Exercise goal:
Look below for the line that contains "f2_openings = [f1.faces().sort_by_distance(p)[0]", then copy it and each following line exactly, through and including the line that contains "Rectangle(F5_W, F5_H)".

Items from a dataset:
☆ ☆ ☆ ☆ ☆ ☆ ☆

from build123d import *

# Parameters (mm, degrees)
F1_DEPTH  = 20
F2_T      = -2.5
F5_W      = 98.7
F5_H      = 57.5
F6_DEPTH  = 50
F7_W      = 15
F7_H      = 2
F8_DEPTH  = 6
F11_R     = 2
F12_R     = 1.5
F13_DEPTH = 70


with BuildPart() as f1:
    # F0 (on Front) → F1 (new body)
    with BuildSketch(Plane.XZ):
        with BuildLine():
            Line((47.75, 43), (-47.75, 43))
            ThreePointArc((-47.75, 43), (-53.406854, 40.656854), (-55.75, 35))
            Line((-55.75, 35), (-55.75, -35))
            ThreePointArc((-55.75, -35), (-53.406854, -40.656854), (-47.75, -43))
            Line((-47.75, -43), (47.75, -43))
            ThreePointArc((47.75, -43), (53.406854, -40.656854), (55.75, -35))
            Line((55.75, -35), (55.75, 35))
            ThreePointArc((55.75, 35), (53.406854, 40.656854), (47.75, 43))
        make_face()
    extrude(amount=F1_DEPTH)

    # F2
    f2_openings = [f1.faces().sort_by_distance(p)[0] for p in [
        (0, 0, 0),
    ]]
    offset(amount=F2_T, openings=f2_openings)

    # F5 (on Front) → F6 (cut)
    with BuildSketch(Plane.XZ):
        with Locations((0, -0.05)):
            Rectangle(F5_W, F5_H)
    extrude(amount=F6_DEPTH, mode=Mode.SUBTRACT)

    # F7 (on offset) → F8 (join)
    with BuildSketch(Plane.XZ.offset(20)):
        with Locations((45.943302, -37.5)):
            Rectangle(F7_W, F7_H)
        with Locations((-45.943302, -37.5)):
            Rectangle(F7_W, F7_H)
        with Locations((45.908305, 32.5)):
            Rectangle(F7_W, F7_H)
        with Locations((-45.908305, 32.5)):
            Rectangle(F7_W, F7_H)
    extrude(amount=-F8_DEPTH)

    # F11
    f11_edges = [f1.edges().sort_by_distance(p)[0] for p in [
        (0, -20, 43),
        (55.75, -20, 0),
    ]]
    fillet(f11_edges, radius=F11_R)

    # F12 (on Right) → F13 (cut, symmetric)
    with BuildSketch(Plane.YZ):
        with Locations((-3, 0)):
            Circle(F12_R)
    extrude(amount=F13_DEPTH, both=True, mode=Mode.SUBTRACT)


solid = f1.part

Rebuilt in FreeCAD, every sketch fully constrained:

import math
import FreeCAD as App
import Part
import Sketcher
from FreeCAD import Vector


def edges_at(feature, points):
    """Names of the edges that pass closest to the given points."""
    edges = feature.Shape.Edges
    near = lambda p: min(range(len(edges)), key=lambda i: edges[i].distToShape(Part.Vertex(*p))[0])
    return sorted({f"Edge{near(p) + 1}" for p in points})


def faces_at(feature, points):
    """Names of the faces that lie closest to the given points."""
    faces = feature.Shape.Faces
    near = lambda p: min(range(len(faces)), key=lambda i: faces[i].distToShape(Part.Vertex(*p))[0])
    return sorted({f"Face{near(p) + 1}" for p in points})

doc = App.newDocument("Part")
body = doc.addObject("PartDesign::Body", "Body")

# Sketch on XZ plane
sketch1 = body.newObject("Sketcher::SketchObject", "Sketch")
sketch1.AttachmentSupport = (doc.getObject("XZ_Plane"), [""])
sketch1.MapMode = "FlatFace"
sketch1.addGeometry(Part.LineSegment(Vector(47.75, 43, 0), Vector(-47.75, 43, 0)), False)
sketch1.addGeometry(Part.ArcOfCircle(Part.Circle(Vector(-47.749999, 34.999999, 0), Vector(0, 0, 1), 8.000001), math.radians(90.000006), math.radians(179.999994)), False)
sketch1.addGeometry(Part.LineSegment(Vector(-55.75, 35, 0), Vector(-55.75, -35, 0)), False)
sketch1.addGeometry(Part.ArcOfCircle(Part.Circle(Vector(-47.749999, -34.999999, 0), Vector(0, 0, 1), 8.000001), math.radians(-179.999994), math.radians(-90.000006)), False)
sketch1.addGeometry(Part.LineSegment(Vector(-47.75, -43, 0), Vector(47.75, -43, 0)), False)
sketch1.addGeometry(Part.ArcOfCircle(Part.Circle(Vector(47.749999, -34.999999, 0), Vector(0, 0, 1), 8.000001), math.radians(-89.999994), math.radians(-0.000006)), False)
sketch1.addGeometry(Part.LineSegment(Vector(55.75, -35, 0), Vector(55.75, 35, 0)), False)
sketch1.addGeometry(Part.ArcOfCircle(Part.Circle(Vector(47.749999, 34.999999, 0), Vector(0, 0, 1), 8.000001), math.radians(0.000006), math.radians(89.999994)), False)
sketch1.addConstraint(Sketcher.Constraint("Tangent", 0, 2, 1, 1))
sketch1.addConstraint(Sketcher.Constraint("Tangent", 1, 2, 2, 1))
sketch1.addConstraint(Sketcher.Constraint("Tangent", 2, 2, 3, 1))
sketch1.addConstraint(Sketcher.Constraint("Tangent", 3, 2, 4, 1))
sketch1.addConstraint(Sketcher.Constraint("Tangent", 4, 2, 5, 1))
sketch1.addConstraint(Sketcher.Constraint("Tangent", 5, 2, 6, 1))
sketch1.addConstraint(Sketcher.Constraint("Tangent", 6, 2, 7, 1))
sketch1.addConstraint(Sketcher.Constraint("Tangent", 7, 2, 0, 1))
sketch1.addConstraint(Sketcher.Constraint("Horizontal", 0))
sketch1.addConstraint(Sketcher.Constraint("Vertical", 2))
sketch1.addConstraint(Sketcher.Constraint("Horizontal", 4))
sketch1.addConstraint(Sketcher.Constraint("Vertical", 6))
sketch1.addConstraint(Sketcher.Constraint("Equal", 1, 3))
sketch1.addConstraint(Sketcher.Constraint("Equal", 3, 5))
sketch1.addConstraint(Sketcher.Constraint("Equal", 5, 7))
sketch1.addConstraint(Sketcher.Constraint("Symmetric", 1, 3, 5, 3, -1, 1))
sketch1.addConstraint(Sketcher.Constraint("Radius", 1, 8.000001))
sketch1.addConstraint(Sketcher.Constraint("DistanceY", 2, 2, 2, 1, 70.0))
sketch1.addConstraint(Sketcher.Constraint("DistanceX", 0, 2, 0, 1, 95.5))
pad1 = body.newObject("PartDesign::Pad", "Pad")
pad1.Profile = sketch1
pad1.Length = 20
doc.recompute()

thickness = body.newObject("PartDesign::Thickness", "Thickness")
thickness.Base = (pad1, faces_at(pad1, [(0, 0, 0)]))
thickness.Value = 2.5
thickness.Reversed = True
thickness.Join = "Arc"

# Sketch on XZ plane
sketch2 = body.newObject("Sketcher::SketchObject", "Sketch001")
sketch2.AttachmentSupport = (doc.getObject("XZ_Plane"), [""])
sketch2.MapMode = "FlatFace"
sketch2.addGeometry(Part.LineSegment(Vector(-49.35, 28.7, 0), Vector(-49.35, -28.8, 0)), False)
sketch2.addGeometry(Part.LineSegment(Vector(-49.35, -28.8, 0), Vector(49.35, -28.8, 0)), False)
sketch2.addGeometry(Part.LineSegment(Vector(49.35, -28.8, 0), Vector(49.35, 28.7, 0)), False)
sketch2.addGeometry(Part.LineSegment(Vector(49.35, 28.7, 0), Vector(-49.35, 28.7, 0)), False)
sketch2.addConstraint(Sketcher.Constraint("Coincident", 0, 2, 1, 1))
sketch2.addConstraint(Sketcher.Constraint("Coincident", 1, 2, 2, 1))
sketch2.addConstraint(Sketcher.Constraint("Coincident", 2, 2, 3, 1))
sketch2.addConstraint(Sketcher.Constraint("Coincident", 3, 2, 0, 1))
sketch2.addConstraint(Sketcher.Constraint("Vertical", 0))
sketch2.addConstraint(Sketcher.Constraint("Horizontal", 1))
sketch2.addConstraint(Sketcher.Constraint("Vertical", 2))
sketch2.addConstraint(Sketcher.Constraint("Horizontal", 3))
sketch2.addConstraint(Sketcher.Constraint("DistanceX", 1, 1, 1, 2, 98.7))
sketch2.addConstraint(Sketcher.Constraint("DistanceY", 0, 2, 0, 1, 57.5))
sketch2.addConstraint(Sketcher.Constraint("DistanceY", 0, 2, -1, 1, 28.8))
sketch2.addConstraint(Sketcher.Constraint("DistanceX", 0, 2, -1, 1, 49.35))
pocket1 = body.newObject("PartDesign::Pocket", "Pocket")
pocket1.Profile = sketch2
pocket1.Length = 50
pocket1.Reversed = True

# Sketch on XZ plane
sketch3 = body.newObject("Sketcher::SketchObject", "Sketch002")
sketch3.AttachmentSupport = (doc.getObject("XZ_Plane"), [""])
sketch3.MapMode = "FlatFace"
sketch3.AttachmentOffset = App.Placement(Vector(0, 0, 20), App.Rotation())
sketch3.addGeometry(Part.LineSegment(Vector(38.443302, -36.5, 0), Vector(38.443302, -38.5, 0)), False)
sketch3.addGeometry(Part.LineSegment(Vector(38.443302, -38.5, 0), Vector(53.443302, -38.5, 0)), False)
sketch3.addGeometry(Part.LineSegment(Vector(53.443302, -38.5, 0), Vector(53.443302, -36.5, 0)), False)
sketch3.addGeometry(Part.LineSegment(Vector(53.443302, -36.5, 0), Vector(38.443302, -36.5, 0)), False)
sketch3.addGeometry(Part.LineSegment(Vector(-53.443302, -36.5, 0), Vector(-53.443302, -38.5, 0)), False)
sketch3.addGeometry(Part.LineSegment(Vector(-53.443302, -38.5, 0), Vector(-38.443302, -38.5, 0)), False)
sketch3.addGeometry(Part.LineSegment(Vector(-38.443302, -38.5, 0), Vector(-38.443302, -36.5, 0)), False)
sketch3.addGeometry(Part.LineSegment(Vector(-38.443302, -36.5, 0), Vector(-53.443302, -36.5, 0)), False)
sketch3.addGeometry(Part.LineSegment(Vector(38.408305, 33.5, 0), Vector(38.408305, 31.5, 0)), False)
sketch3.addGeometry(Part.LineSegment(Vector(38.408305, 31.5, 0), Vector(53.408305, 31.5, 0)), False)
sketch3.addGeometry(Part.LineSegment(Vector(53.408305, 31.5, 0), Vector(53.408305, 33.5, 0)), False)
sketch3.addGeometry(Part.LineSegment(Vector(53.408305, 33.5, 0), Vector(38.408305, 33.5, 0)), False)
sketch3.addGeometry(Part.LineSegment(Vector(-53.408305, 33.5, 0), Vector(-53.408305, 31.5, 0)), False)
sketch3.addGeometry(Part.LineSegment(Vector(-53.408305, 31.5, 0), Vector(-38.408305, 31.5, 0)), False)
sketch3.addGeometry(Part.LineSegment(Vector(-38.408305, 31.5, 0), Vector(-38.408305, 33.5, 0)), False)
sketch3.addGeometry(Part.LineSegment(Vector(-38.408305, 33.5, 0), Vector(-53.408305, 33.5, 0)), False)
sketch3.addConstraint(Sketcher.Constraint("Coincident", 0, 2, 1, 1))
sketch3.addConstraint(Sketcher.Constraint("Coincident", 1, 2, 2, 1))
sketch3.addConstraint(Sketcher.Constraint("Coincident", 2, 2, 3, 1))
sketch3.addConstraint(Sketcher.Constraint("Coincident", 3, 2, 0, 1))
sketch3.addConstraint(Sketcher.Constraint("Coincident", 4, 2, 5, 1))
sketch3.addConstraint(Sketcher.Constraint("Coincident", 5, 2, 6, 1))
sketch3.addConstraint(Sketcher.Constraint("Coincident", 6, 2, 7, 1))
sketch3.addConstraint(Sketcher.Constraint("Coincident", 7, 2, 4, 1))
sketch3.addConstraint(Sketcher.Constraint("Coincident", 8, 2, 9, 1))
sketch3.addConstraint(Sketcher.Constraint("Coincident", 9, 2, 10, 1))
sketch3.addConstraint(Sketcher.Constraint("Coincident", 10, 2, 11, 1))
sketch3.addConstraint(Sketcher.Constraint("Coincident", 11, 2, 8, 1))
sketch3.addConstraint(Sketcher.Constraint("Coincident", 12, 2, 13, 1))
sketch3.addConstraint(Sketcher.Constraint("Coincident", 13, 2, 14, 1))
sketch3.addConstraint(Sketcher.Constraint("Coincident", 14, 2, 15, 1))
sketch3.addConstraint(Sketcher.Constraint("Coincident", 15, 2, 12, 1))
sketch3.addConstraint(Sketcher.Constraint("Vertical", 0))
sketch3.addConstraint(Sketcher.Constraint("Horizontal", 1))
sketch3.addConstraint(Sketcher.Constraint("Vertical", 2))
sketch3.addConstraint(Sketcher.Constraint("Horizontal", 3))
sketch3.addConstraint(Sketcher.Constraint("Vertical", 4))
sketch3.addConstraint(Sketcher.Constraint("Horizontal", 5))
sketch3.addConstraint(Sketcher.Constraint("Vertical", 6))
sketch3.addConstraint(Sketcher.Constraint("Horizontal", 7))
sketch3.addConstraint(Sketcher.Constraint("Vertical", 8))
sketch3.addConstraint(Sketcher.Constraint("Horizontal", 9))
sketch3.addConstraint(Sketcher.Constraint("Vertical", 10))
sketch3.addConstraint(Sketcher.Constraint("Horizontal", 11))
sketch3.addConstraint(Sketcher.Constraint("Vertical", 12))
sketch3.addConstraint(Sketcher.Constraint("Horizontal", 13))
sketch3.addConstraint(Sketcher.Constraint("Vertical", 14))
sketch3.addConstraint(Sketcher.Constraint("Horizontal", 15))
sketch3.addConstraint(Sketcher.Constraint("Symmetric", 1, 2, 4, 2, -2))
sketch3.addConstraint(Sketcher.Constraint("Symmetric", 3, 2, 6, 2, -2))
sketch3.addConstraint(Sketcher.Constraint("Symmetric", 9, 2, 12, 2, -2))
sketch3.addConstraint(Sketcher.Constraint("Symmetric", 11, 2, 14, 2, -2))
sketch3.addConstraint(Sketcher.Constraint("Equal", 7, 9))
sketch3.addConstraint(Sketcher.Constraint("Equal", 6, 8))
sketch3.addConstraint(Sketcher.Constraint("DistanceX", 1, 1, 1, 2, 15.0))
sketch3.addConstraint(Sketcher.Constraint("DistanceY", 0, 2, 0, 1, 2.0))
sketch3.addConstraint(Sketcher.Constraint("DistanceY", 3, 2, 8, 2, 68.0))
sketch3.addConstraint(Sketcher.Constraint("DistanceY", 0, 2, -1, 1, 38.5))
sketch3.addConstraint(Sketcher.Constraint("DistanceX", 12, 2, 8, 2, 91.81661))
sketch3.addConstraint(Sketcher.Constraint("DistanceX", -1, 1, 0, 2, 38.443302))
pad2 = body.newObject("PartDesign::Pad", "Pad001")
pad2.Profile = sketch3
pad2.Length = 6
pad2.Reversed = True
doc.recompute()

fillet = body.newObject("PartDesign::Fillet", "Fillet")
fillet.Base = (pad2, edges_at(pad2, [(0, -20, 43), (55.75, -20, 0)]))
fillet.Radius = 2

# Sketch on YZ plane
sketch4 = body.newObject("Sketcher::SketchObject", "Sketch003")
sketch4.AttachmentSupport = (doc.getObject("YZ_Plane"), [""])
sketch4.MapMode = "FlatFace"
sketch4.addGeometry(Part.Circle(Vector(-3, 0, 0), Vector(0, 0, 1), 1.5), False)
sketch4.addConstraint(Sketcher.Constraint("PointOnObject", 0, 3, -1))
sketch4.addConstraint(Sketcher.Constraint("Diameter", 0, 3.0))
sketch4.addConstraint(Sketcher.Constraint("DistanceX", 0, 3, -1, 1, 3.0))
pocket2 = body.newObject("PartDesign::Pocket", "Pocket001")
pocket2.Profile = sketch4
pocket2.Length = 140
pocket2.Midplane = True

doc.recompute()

☆ ☆ ☆ ☆ ☆ ☆ ☆

Worked solution:
    f2_openings = [f1.faces().sort_by_distance(p)[0] for p in [
        (0, 0, 0),
    ]]
    offset(amount=F2_T, openings=f2_openings)

    # F5 (on Front) → F6 (cut)
    with BuildSketch(Plane.XZ):
        with Locations((0, -0.05)):
            Rectangle(F5_W, F5_H)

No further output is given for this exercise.